One explanation may be the OPG acts as a decoy substrate to RANKL and RANK competitor; thus, inhibiting the formation and activity of osteoclasts [8, 12]. Some studies have reported the increased plasma OPG levels in patients with nephropathy [13] and osteoporosis [14] compared to those controls. For example, idiopathic hypercalciuria (IH), characterized by the excessive loss of urine calcium, is the most common metabolic abnormality in people in whom kidney stones form [15]. A study by Gomes et al. [16] noted the higher bone expression of both RANKL and OPG in patients with IH than in control subjects. Although the mechanism for the bone effects of OPG is elusive, evidence suggests that OPG may act as a protective factor for osteoporosis [14]. This hypothesis implies that the increased circulating OPG levels in nephrolithiasis patients with reduced BMD may be a compensatory mechanism against other factors that promote bone damages [14], perhaps as a part of response to inflammation in nephrolithiasis.
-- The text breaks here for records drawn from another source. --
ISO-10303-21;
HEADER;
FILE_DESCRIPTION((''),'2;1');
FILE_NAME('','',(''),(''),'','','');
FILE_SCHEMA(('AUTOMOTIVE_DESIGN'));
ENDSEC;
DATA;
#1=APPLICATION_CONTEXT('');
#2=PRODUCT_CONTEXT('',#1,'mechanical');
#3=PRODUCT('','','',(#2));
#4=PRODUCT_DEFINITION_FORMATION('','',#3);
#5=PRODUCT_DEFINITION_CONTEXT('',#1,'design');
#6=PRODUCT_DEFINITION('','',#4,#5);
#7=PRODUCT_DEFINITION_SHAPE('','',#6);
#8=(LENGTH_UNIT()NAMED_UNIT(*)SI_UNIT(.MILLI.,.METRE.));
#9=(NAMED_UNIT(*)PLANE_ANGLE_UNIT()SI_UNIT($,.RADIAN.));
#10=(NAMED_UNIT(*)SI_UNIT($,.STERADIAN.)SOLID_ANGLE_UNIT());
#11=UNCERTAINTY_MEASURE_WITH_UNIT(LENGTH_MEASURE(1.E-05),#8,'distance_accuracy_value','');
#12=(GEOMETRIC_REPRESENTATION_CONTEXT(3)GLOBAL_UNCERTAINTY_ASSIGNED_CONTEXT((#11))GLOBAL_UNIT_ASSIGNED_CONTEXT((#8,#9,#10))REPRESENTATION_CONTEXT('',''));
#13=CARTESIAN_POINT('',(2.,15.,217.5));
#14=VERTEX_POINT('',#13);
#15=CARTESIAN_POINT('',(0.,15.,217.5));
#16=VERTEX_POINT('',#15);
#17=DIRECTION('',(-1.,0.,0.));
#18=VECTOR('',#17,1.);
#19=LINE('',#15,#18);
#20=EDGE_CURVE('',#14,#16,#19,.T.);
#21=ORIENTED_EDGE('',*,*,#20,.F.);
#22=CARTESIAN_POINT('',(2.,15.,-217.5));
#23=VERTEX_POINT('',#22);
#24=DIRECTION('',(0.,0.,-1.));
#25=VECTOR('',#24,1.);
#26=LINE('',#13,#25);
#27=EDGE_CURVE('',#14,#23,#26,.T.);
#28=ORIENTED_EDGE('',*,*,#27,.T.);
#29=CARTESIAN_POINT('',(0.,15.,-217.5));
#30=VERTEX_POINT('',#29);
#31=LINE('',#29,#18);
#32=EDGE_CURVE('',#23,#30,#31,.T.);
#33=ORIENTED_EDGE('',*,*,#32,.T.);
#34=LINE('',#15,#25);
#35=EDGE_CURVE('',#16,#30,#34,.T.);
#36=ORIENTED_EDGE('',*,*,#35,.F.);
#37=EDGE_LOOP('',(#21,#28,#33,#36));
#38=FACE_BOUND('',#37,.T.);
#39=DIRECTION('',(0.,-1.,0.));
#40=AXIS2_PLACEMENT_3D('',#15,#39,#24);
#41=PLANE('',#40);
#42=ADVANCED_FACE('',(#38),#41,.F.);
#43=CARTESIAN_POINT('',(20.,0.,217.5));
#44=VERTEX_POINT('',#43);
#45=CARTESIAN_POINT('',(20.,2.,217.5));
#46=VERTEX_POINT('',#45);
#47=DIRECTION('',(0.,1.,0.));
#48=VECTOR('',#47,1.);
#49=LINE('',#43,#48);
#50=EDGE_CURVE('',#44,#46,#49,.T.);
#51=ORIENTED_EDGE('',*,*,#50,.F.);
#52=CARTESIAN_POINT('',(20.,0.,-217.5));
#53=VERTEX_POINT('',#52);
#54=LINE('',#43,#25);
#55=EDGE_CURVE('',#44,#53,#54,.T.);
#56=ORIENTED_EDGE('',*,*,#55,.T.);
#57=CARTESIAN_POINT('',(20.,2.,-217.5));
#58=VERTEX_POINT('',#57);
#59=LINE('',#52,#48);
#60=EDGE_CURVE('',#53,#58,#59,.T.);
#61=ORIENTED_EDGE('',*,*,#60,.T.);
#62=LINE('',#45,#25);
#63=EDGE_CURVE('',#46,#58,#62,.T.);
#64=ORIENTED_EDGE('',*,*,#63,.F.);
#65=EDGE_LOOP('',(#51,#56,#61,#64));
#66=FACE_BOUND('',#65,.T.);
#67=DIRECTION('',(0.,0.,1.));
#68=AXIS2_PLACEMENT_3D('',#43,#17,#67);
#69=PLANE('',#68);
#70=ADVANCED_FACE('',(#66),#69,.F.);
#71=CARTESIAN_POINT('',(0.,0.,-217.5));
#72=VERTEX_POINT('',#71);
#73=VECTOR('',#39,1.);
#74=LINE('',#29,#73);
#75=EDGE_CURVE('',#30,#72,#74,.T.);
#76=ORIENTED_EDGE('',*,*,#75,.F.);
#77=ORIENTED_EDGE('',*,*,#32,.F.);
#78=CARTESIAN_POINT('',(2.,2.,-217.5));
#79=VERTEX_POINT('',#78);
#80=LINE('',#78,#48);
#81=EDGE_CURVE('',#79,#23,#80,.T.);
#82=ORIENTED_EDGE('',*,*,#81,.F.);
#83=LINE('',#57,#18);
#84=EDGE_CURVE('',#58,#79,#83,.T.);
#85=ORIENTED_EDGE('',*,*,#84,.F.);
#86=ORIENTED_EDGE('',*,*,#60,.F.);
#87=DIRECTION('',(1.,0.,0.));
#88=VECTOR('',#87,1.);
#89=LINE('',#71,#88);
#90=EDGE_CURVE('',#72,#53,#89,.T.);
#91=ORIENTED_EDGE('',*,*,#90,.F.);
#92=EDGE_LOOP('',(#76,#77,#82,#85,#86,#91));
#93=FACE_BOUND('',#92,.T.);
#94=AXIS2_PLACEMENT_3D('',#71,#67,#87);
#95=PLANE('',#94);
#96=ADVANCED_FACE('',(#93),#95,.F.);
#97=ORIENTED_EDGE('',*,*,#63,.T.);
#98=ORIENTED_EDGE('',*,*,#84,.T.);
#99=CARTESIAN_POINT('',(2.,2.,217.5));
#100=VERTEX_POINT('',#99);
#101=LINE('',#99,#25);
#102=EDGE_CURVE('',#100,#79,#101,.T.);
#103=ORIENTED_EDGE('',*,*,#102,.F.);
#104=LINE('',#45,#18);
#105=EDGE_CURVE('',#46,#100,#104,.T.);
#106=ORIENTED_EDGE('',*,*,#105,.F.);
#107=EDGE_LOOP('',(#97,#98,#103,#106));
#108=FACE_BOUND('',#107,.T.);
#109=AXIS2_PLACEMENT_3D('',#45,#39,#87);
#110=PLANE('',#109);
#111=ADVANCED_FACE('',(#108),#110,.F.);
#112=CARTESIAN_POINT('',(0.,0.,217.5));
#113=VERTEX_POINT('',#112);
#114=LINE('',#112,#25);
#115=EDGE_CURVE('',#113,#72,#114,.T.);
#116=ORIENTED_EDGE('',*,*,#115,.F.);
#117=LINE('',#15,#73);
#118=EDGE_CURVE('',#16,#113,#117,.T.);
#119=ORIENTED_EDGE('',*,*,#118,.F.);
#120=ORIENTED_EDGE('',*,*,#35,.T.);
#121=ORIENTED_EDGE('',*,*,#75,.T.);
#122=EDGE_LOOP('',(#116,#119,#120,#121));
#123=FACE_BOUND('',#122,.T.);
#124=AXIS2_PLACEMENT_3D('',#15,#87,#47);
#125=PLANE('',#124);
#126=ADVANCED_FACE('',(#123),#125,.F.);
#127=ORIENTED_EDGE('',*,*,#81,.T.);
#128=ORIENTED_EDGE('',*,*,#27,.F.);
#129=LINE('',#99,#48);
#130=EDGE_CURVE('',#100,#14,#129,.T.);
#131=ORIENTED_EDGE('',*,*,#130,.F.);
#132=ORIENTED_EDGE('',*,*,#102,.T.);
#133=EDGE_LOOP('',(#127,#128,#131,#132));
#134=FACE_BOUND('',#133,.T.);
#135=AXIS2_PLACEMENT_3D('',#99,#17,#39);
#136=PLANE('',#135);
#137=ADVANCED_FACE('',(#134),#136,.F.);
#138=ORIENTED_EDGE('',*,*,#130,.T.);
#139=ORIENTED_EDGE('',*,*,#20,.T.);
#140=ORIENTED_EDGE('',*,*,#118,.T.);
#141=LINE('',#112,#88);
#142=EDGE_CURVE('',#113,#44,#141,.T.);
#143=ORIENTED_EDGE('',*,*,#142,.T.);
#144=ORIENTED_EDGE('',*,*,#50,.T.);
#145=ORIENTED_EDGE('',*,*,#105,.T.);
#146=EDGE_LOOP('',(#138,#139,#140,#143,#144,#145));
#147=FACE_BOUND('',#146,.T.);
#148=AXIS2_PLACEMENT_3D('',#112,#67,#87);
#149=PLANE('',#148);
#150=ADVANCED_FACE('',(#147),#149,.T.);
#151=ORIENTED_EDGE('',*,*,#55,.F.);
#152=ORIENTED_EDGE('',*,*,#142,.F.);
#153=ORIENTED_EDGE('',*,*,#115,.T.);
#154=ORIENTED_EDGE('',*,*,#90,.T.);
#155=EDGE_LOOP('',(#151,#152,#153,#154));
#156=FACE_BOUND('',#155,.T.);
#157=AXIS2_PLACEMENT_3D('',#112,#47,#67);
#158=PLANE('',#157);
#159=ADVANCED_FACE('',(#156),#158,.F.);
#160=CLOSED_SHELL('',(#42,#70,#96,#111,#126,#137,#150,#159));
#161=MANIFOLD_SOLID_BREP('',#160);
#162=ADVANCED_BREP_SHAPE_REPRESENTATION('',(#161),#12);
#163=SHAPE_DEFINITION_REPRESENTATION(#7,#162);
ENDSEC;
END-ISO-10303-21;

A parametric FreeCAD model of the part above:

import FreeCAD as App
import Part
import Sketcher


def add_polygon(sketch, points):
    """Adds a closed chain of lines whose ends are joined by coincident constraints."""
    first, n = sketch.GeometryCount, len(points)
    for a, b in zip(points, points[1:] + points[:1]):
        sketch.addGeometry(Part.LineSegment(App.Vector(*a, 0), App.Vector(*b, 0)), False)
    for i in range(n):
        sketch.addConstraint(Sketcher.Constraint("Coincident", first + i, 2, first + (i + 1) % n, 1))

doc = App.newDocument("Part")
body = doc.addObject("PartDesign::Body", "Body")

sketch1 = doc.addObject("Sketcher::SketchObject", "Sketch")
body.addObject(sketch1)
sketch1.AttachmentSupport = (doc.XY_Plane, [""])
sketch1.MapMode = "FlatFace"
add_polygon(sketch1, [(0, 15), (0, 0), (20, 0), (20, 2), (2, 2), (2, 15)])
sketch1.addConstraint([
    Sketcher.Constraint("Vertical", 0),
    Sketcher.Constraint("Horizontal", 1),
    Sketcher.Constraint("Vertical", 2),
    Sketcher.Constraint("Horizontal", 3),
    Sketcher.Constraint("Vertical", 4),
    Sketcher.Constraint("Horizontal", 5),
    Sketcher.Constraint("Coincident", 0, 2, -1, 1),
    Sketcher.Constraint("Equal", 5, 2),
    Sketcher.Constraint("DistanceX", 1, 1, 1, 2, 20.0),
    Sketcher.Constraint("DistanceX", 3, 2, 3, 1, 18.0),
    Sketcher.Constraint("DistanceY", 0, 2, 0, 1, 15.0),
])
pad1 = doc.addObject("PartDesign::Pad", "Pad")
body.addObject(pad1)
pad1.Profile = sketch1
pad1.Length = 435
pad1.Midplane = True

doc.recompute()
In addition, we observed that femoral neck BMD was inversely correlated with serum OPG and not the vertebral spine in patients with kidney stones. Bone minerals can be divided into two types: cortical and trabecular. The femoral neck region contains both trabecular and cortical tissue whereas the vertebrae region contains high amounts of trabecular tissue [17‐19]. In this study, patients with low bone mass were older, had a higher PTH and had decreased levels of GFR than normal patients.

It is well known that cortical bone turnover is increased in presence of high PTH levels [20]. It is also well known that reduced GFR levels are associated with significant cortical bone loss [21, 22]. In addition the results of a study investigating changes in the bone density of trabecular and cortical bone revealed variable rates of change during aging. Large decreases in trabecular BMD in both genders were reported before age 50, but studies have found a small decrease in bone density at cortical bone before age 50 in men and women [23]. Thus, taken together, we speculate that decreased GFR, elevated PTH levels and higher age in low BMD groups may contribute to the differences in the underlying mechanism relating to OPG levels and BMD of the femoral neck seen in these populations.

There are some limitations to our study. Although this study supported an inverse correlation between circulatory levels of OPG with BMD measurement, which highlights the potential link between nephrolithiasis and reduced bone mass, but due to the cross-sectional nature of our study cautious the causal assumption between them; whether reduced bone mass brings high levels of OPG in nephrolithiasis or that high levels of OPG in nephrolithiasis brings low bone mass. Future longitudinal studies in patients will help to determine whether the OPG provides additive predictive value for femoral neck BMD decline. In addition, A power analysis for OPG levels based on the differences demonstrated in our study between patients with low bone mass (3.14 ± 0.72) and normal BMD (3.68 ± 0.98), with an α of 0.05, resulted in a power of 58%. Thus, it is possible that our relatively small sample size limited our ability to detect true differences and an additional study with larger sample size, preferably a prospective cohort study should be pursued to confirm our findings and establish any other distinct relationships between the bone remodeling proteins in the OPG/RANKL/RANK axis and bone density in subjects with nephrolithiasis. The other limitation is that non- nephrolithiasis individual were not enrolled as controls.

The present study showed that high serum fasting OPG levels may be indicative of femoral neck BMD in patients with nephrolithiasis. A deeper knowledge of mechanisms involved in the association between OPG serum levels, bone integrity, and kidney stone disease can provide more robust scientific approaching for future therapeutic interventions.